I'm not sure if they offer a 3 day pass, but I do know they offer a weekend pass. You can buy the passes from the machines near the METRA ticket counters at Union Station.


----------



## Eric S (Mar 3, 2014)

the_traveler said:


> I'm not sure if they offer a 3 day pass, but I do know they offer a weekend pass. You can buy the passes from the machines near the METRA ticket counters at Union Station.


Metra? or CTA?


----------



## KC Ghost Rider (Mar 3, 2014)

I need CTA pass(es) from Friday afternoon until Sunday afternoon for the L and buses.


----------



## the_traveler (Mar 3, 2014)

The CTA pass machines are in the METRA ticket counter area.


----------



## Eric S (Mar 3, 2014)

CTA offers 1-, 3-, and 7-day passes.

Metra offers a weekend pass.


----------



## the_traveler (Mar 3, 2014)

My bad, I got both and the machines were right next to each other.


----------



## PerRock (Mar 3, 2014)

If you have the time, you can buy them online here. At the very least you can see the available options. And yes there are a number of different pass options still:

https://www.ventrachicago.com/purchase/

peter


----------



## Eric S (Mar 3, 2014)

the_traveler said:


> My bad, I got both and the machines were right next to each other.

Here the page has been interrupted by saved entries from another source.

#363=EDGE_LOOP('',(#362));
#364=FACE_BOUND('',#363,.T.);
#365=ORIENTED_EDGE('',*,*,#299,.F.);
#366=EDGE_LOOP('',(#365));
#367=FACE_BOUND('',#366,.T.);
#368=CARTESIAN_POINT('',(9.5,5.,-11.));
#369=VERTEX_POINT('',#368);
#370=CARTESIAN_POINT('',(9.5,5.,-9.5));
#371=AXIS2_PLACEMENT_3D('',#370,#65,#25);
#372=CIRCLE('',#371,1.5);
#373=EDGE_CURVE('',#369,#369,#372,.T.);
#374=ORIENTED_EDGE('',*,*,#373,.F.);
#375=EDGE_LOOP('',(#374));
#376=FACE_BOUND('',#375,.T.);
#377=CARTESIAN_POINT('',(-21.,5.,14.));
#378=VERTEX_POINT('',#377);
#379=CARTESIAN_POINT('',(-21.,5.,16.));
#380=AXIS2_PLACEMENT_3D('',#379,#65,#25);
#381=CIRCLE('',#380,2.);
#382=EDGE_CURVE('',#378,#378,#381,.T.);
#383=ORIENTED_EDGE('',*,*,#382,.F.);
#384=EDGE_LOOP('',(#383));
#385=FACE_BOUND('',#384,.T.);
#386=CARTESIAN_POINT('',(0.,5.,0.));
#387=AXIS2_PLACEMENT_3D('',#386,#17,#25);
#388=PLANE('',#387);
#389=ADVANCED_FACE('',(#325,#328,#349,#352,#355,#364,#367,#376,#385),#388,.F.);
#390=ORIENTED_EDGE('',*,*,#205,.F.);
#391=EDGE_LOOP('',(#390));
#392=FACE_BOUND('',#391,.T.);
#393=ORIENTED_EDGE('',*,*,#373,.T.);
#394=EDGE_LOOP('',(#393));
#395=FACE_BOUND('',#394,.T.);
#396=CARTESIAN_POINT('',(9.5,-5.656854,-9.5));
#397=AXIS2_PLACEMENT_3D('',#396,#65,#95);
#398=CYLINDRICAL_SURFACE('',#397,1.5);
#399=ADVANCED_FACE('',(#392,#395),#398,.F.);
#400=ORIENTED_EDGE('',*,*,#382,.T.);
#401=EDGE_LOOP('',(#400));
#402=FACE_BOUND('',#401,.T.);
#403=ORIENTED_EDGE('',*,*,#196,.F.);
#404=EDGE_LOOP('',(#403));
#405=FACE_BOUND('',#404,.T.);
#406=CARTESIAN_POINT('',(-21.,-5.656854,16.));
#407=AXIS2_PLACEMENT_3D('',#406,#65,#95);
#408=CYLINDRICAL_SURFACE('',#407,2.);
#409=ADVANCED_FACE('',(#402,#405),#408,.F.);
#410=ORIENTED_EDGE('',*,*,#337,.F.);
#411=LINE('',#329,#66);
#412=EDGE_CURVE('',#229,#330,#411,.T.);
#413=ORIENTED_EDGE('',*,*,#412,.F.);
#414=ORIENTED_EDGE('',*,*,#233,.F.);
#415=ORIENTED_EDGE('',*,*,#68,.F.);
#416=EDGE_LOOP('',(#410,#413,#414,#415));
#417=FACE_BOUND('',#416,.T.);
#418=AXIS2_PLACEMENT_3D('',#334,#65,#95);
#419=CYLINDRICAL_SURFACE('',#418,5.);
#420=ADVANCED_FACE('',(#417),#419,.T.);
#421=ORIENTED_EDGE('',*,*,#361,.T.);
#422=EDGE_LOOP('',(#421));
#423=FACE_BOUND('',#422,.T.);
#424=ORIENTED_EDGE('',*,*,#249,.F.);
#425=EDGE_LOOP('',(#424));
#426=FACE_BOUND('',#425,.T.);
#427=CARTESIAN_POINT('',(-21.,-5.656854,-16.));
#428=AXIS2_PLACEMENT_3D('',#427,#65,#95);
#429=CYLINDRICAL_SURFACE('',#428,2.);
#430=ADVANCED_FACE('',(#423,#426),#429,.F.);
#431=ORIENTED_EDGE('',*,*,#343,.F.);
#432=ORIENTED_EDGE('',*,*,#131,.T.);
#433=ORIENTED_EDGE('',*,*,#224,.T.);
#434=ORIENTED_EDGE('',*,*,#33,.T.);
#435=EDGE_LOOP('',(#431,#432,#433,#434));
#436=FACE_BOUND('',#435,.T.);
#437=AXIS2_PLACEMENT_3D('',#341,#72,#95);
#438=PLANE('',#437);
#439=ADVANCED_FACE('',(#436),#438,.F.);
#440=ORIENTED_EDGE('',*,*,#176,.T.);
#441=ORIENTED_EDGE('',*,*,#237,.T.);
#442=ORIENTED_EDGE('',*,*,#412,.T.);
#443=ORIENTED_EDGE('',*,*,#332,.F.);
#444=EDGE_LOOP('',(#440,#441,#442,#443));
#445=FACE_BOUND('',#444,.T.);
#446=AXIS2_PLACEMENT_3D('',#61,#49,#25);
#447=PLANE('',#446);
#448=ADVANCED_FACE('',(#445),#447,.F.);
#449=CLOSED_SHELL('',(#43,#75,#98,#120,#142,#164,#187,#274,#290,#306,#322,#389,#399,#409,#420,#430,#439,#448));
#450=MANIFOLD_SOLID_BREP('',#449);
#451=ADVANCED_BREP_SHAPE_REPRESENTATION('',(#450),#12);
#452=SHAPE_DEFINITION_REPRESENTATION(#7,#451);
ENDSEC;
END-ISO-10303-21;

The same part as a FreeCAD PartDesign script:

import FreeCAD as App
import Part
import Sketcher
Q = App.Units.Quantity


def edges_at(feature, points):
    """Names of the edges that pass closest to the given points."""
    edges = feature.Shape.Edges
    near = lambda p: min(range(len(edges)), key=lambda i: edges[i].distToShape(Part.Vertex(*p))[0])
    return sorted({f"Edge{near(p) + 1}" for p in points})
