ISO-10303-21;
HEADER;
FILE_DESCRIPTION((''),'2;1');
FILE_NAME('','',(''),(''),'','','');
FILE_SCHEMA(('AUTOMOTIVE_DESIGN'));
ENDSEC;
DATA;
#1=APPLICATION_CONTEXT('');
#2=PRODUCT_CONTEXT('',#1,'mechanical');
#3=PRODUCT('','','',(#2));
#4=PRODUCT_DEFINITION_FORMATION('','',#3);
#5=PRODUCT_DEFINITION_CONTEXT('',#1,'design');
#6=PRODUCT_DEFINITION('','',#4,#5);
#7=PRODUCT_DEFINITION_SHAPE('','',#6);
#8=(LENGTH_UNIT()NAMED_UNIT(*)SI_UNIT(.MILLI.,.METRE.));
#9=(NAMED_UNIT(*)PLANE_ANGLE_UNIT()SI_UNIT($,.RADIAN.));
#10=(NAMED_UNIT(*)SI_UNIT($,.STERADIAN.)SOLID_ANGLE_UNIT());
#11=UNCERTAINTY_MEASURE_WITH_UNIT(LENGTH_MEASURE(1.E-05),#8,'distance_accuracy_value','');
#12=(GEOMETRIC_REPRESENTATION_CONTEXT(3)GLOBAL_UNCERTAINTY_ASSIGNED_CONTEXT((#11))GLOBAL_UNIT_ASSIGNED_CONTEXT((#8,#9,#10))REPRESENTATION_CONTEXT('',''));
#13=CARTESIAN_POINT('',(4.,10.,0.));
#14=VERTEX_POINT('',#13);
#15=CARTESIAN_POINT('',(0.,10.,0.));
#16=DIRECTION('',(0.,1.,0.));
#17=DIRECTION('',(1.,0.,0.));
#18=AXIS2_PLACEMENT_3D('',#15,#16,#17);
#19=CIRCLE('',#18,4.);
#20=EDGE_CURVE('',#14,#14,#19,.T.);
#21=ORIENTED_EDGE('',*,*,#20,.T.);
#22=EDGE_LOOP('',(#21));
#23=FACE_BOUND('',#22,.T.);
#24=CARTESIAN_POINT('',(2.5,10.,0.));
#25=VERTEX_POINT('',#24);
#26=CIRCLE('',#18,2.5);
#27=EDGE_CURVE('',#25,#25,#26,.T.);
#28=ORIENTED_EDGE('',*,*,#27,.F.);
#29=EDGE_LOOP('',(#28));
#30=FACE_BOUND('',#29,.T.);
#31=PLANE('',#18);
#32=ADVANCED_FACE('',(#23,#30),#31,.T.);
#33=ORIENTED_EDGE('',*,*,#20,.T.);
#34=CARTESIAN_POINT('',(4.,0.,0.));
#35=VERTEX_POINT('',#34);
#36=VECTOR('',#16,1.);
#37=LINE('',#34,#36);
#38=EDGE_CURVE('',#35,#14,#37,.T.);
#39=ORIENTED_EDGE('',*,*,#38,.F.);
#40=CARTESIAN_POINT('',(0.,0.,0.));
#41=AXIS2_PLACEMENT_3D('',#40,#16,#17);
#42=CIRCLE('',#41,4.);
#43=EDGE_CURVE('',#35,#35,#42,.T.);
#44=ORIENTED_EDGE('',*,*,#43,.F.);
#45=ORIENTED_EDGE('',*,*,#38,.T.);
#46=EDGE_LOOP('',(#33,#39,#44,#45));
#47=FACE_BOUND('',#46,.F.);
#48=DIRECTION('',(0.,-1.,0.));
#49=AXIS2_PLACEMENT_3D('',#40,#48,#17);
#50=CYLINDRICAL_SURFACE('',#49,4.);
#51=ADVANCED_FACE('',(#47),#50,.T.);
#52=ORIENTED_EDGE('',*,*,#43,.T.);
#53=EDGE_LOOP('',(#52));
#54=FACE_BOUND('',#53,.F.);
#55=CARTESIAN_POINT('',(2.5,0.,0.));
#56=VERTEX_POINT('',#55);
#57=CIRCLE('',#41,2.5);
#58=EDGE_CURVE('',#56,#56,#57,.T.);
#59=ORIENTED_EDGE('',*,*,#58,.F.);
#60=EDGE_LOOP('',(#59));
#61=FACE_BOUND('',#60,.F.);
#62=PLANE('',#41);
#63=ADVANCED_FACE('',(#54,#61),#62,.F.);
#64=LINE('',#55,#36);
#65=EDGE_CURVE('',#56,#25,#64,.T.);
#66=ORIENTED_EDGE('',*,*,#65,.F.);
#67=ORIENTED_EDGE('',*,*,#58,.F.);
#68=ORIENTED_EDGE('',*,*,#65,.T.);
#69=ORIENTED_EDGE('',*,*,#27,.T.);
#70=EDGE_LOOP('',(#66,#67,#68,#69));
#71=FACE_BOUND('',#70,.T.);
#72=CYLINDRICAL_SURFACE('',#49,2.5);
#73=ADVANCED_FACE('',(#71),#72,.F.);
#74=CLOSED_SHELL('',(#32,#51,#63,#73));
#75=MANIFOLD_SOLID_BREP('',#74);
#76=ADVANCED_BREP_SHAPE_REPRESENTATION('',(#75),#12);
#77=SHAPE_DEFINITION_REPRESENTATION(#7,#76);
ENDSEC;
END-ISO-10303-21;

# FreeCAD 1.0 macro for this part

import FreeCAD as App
import Part
import Sketcher

V = App.Vector
Q = App.Units.Quantity

doc = App.newDocument("Part")
body = doc.addObject("PartDesign::Body", "Body")

# Sketch on XZ plane
sketch1 = body.newObject("Sketcher::SketchObject", "Sketch")
sketch1.AttachmentSupport = (doc.getObject("XZ_Plane"), [""])
sketch1.MapMode = "FlatFace"
sketch1.addGeometry(Part.Circle(V(0, 0, 0), V(0, 0, 1), 4), False)
sketch1.addGeometry(Part.Circle(V(0, 0, 0), V(0, 0, 1), 2.5), False)
sketch1.addConstraint(Sketcher.Constraint("Coincident", 0, 3, -1, 1))
sketch1.addConstraint(Sketcher.Constraint("Coincident", 1, 3, -1, 1))
sketch1.addConstraint(Sketcher.Constraint("Diameter", 0, Q("8 mm")))
sketch1.addConstraint(Sketcher.Constraint("Diameter", 1, Q("5 mm")))
pad1 = body.newObject("PartDesign::Pad", "Pad")
pad1.Profile = sketch1
pad1.Length = 10
pad1.Reversed = True

doc.recompute()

I should have been clearer in my initial question, too, rather than just leaving it as a question to you.


----------



## KC Ghost Rider (Mar 3, 2014)

PerRock,* outstanding *information! So what I gleamed is one can buy these passes at CUS near the Metra counter or walk across the street to the CVS and a 3-days pass is available. This forum never disappoints :excl:


----------



## SarahZ (Mar 3, 2014)

KC Ghost Rider said:


> PerRock,* outstanding *information! So what I gleamed is *one can buy these passes at CUS near the Metra counter or walk across the street to the CVS and a 3-days pass is available*. This forum never disappoints :excl:


That is correct.


----------



## SubwayNut (Mar 3, 2014)

I thought the CTA had abolished Magnetic strip fare card passes with VENTRA? So now you need a VENTRA card to load a $20 3-day pass on (that price has gone up a lot).


----------



## SarahZ (Mar 3, 2014)

SubwayNut said:


> I thought the CTA had abolished Magnetic strip fare card passes with VENTRA? So now you need a VENTRA card to load a $20 3-day pass on (that price has gone up a lot).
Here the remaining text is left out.